For detailed patterns, see `references/contract-testing.md`.

## Test Data Management Strategies

### When to Use Each Approach

**Fixtures (Static Data)**:
- Pros: Deterministic, easy to debug
- Cons: Can become stale, doesn't test variety
- Use When: Testing known scenarios, regression tests

**Factories (Generated Data)**:
- Pros: Flexible, generates variety
- Cons: Less deterministic, harder to debug
- Use When: Need diverse test data, testing edge cases

**Property-Based Testing (Random Data)**:
- Pros: Finds edge cases not anticipated
- Cons: Can be slow, failures harder to reproduce
- Use When: Complex algorithms, parsers, validators

**Recommended Combination**:
- **Unit Tests**: Fixtures (known inputs) + Property-Based (edge cases)
- **Integration Tests**: Factories (flexible data) + Database seeding
- **E2E Tests**: Fixtures (reproducible scenarios)

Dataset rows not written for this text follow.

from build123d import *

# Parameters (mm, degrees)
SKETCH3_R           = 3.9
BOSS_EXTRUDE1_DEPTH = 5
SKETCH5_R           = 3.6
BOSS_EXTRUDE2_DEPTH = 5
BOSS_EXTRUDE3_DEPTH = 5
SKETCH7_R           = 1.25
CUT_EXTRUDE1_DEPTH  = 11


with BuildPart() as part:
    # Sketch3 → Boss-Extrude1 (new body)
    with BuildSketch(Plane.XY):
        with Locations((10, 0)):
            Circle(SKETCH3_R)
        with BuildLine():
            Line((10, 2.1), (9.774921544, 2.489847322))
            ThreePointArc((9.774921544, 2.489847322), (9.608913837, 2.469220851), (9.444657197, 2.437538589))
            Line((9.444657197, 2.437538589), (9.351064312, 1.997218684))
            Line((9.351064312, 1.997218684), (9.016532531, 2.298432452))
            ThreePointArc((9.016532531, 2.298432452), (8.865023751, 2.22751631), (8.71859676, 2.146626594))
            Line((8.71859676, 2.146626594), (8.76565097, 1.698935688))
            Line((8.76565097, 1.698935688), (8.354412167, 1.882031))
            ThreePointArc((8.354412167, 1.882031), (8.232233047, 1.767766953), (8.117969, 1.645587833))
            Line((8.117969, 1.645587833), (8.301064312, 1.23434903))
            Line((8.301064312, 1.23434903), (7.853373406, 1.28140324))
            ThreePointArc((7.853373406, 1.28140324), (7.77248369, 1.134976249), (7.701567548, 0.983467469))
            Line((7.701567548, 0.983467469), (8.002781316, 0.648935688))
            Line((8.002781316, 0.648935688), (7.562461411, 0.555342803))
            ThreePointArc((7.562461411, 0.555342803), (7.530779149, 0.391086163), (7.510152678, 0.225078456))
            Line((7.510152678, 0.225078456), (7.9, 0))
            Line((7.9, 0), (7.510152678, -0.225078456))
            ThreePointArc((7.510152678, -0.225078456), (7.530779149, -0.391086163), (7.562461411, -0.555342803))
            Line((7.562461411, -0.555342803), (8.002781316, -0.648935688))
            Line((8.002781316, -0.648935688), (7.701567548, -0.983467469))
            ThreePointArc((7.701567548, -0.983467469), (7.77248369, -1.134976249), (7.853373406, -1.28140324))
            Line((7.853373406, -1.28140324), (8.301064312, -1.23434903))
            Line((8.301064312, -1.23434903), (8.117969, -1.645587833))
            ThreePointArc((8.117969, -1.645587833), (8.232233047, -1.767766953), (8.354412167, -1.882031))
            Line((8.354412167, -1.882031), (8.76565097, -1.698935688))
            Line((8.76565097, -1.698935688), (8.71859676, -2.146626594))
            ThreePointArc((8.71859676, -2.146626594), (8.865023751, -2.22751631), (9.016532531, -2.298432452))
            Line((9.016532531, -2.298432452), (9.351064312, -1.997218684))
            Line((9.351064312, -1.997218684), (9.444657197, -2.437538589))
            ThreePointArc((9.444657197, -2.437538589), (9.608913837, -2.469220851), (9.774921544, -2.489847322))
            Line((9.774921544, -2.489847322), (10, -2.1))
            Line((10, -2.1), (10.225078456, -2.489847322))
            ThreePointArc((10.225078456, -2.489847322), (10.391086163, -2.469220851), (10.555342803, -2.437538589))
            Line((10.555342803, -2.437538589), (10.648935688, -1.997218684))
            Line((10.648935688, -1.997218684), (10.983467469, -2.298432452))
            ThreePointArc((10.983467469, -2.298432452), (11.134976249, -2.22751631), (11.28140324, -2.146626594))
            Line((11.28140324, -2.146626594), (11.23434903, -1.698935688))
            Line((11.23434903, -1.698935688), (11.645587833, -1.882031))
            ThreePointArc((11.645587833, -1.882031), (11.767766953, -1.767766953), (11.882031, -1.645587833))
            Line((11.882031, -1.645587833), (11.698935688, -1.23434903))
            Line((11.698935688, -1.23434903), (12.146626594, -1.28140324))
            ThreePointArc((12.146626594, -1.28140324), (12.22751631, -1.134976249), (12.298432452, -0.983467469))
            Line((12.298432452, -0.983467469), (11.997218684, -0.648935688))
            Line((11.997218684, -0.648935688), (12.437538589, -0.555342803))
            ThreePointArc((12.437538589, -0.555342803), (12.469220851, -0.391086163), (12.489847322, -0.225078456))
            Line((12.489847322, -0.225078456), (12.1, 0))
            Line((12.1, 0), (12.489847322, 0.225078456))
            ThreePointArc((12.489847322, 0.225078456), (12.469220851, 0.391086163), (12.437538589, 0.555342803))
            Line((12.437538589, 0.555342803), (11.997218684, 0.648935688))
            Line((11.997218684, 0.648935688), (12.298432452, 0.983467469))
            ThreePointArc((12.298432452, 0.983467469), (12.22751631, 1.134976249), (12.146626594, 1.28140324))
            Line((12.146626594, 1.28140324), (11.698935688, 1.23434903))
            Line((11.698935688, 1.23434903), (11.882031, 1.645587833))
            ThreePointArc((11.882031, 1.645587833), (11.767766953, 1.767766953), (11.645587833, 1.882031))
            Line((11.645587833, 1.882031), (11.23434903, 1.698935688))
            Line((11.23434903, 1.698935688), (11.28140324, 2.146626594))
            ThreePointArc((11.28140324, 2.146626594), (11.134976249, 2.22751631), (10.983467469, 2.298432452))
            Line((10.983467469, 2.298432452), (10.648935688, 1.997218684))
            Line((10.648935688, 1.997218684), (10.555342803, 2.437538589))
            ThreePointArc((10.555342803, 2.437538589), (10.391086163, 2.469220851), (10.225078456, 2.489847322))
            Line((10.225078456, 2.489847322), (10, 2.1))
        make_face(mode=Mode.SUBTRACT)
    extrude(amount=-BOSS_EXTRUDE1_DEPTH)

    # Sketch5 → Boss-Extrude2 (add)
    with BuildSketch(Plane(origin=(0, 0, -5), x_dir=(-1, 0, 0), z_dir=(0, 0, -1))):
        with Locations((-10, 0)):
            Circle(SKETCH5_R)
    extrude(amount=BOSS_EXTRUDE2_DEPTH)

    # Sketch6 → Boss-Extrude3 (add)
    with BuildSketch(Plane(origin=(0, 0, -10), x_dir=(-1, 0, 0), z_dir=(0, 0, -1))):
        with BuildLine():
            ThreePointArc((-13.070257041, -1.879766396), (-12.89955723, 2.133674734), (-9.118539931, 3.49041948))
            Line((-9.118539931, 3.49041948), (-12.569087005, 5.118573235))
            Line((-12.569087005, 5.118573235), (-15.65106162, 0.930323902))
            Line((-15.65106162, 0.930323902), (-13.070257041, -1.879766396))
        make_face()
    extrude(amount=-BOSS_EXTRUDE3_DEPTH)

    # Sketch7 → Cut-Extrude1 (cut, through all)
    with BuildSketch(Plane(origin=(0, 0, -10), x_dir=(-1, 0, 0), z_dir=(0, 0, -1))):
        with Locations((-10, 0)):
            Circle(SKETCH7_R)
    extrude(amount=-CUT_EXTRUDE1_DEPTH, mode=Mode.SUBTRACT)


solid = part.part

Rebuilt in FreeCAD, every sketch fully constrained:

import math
import FreeCAD as App
import Part
import Sketcher

V = App.Vector
Q = App.Units.Quantity

doc = App.newDocument("Part")
body = doc.addObject("PartDesign::Body", "Body")

sketch1 = body.newObject("Sketcher::SketchObject", "Sketch")
sketch1.AttachmentSupport = (doc.getObject("XY_Plane"), [""])
sketch1.MapMode = "FlatFace"
sketch1.addGeometry([
    Part.Circle(V(10, 0, 0), V(0, 0, 1), 3.9),
    Part.LineSegment(V(9.77, 2.49, 0), V(10, 2.1, 0)),
    Part.LineSegment(V(10, 2.1, 0), V(10.23, 2.49, 0)),
    Part.ArcOfCircle(Part.Circle(V(10, 0, 0), V(0, 0, 1), 2.5), math.radians(77.17), math.radians(84.83)),
    Part.LineSegment(V(10.56, 2.44, 0), V(10.65, 2, 0)),
    Part.LineSegment(V(10.65, 2, 0), V(10.98, 2.3, 0)),
    Part.ArcOfCircle(Part.Circle(V(10, 0, 0), V(0, 0, 1), 2.5), math.radians(59.17), math.radians(66.83)),
    Part.LineSegment(V(11.28, 2.15, 0), V(11.23, 1.7, 0)),
    Part.LineSegment(V(11.23, 1.7, 0), V(11.65, 1.88, 0)),
    Part.ArcOfCircle(Part.Circle(V(10, 0, 0), V(0, 0, 1), 2.5), math.radians(41.17), math.radians(48.83)),
    Part.LineSegment(V(11.88, 1.65, 0), V(11.7, 1.23, 0)),
    Part.LineSegment(V(11.7, 1.23, 0), V(12.15, 1.28, 0)),
    Part.ArcOfCircle(Part.Circle(V(10, 0, 0), V(0, 0, 1), 2.5), math.radians(23.17), math.radians(30.83)),
    Part.LineSegment(V(12.3, 0.98, 0), V(12, 0.65, 0)),
    Part.LineSegment(V(12, 0.65, 0), V(12.44, 0.56, 0)),
    Part.ArcOfCircle(Part.Circle(V(10, 0, 0), V(0, 0, 1), 2.5), math.radians(5.17), math.radians(12.83)),
    Part.LineSegment(V(12.49, 0.23, 0), V(12.1, 0, 0)),
    Part.LineSegment(V(12.1, 0, 0), V(12.49, -0.23, 0)),
    Part.ArcOfCircle(Part.Circle(V(10, 0, 0), V(0, 0, 1), 2.5), math.radians(-12.83), math.radians(-5.17)),
    Part.LineSegment(V(12.44, -0.56, 0), V(12, -0.65, 0)),
    Part.LineSegment(V(12, -0.65, 0), V(12.3, -0.98, 0)),
    Part.ArcOfCircle(Part.Circle(V(10, 0, 0), V(0, 0, 1), 2.5), math.radians(-30.83), math.radians(-23.17)),
    Part.LineSegment(V(12.15, -1.28, 0), V(11.7, -1.23, 0)),
    Part.LineSegment(V(11.7, -1.23, 0), V(11.88, -1.65, 0)),
    Part.ArcOfCircle(Part.Circle(V(10, 0, 0), V(0, 0, 1), 2.5), math.radians(-48.83), math.radians(-41.17)),
    Part.LineSegment(V(11.65, -1.88, 0), V(11.23, -1.7, 0)),
    Part.LineSegment(V(11.23, -1.7, 0), V(11.28, -2.15, 0)),
    Part.ArcOfCircle(Part.Circle(V(10, 0, 0), V(0, 0, 1), 2.5), math.radians(-66.83), math.radians(-59.17)),
    Part.LineSegment(V(10.98, -2.3, 0), V(10.65, -2, 0)),
    Part.LineSegment(V(10.65, -2, 0), V(10.56, -2.44, 0)),
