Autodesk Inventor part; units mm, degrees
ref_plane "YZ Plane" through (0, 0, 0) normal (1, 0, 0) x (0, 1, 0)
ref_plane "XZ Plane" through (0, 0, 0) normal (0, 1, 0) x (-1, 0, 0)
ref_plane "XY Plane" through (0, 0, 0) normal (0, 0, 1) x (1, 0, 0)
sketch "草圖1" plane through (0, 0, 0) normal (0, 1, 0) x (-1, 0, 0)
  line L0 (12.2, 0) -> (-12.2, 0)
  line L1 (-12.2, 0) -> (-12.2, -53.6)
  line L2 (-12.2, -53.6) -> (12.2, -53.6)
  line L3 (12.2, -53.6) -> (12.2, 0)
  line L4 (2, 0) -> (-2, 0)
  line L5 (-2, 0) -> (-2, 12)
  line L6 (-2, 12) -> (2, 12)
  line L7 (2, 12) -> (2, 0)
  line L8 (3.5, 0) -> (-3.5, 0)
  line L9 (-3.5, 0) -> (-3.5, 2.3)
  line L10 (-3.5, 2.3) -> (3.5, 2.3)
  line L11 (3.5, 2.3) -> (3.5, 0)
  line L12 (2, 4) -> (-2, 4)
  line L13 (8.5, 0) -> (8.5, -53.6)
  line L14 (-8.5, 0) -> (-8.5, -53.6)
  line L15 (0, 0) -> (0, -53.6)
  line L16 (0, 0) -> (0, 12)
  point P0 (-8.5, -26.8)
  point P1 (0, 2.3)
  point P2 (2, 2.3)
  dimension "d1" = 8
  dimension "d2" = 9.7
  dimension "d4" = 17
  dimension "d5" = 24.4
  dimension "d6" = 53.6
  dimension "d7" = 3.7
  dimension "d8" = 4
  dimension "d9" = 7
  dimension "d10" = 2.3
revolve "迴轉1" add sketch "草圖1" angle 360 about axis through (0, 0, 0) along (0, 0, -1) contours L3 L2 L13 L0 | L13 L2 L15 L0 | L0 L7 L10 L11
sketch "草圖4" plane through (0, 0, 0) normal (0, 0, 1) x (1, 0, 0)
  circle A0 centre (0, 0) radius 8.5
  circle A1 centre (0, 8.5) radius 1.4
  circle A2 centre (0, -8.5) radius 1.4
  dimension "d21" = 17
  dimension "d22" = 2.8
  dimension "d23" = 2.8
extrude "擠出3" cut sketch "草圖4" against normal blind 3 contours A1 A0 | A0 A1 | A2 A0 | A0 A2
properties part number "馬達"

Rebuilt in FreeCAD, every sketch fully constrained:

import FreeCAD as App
import Part
import Sketcher


def add_polygon(sketch, points):
    """Adds a closed chain of lines whose ends are joined by coincident constraints."""
    first, n = sketch.GeometryCount, len(points)
    for a, b in zip(points, points[1:] + points[:1]):
        sketch.addGeometry(Part.LineSegment(App.Vector(*a, 0), App.Vector(*b, 0)), False)
    for i in range(n):
        sketch.addConstraint(Sketcher.Constraint("Coincident", first + i, 2, first + (i + 1) % n, 1))

doc = App.newDocument("Part")
body = doc.addObject("PartDesign::Body", "Body")

sketch1 = body.newObject("Sketcher::SketchObject", "Sketch")
sketch1.AttachmentSupport = (doc.getObject("XZ_Plane"), [""])
sketch1.MapMode = "FlatFace"
add_polygon(sketch1, [(-12.2, -53.6), (-12.2, 0), (-3.5, 0), (-3.5, 2.3), (-2, 2.3), (-2, 0), (0, 0), (0, -53.6)])
sketch1.addConstraint([
    Sketcher.Constraint("Vertical", 0),
    Sketcher.Constraint("Horizontal", 1),
    Sketcher.Constraint("Vertical", 2),
    Sketcher.Constraint("Horizontal", 3),
    Sketcher.Constraint("Vertical", 4),
    Sketcher.Constraint("Horizontal", 5),
    Sketcher.Constraint("Vertical", 6),
    Sketcher.Constraint("Horizontal", 7),
    Sketcher.Constraint("Coincident", 5, 2, -1, 1),
    Sketcher.Constraint("PointOnObject", 0, 2, -1),
    Sketcher.Constraint("DistanceY", 0, 1, 0, 2, 53.6),
    Sketcher.Constraint("DistanceY", 2, 1, 2, 2, 2.3),
    Sketcher.Constraint("DistanceX", 5, 1, 5, 2, 2.0),
    Sketcher.Constraint("DistanceX", 1, 1, 1, 2, 8.7),
    Sketcher.Constraint("DistanceX", 3, 1, 3, 2, 1.5),
])
revolution = body.newObject("PartDesign::Revolution", "Revolution")
revolution.Profile = sketch1
revolution.ReferenceAxis = (sketch1, ["V_Axis"])
revolution.Angle = 360

sketch2 = body.newObject("Sketcher::SketchObject", "Sketch001")
sketch2.AttachmentSupport = (doc.getObject("XY_Plane"), [""])
sketch2.MapMode = "FlatFace"
sketch2.addGeometry([
    Part.Circle(App.Vector(0, 8.5, 0), App.Vector(0, 0, 1), 1.4),
    Part.Circle(App.Vector(0, -8.5, 0), App.Vector(0, 0, 1), 1.4),
], False)
sketch2.addConstraint([
    Sketcher.Constraint("Equal", 0, 1),
    Sketcher.Constraint("Symmetric", 0, 3, 1, 3, -1, 1),
    Sketcher.Constraint("PointOnObject", 0, 3, -2),
    Sketcher.Constraint("Diameter", 0, 2.8),
    Sketcher.Constraint("DistanceY", 1, 3, 0, 3, 17.0),
])
pocket1 = body.newObject("PartDesign::Pocket", "Pocket")
pocket1.Profile = sketch2
pocket1.Length = 3

doc.recompute()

**Property-Based Testing Tools**:
- **TypeScript/JavaScript**: fast-check
- **Python**: hypothesis (best-in-class)
- **Go**: gopter
- **Rust**: proptest (primary)

For detailed strategies, see `references/test-data-strategies.md`.

## Mocking Decision Matrix

### When to Mock vs. Use Real Dependencies

| Dependency | Unit Test | Integration Test | E2E Test |
|------------|-----------|------------------|----------|
| **Database** | Mock (in-memory) | Real (test DB, Docker) | Real (staging DB) |
| **External API** | Mock (MSW, nock) | Mock (MSW, VCR) | Real (or staging) |
| **Filesystem** | Mock (in-memory FS) | Real (temp directory) | Real |
| **Time/Date** | Mock (freezeTime) | Mock (if deterministic) | Real (usually) |
| **Environment Variables** | Mock (setEnv) | Mock (test config) | Real (test env) |
| **Internal Services** | Mock (stub) | Real (or container) | Real |

**Guiding Principles**:
1. **Unit Tests**: Mock everything external
2. **Integration Tests**: Use real database (ephemeral), mock external APIs
3. **E2E Tests**: Use real everything (or staging equivalents)
4. **Contract Tests**: Mock nothing (test real interfaces)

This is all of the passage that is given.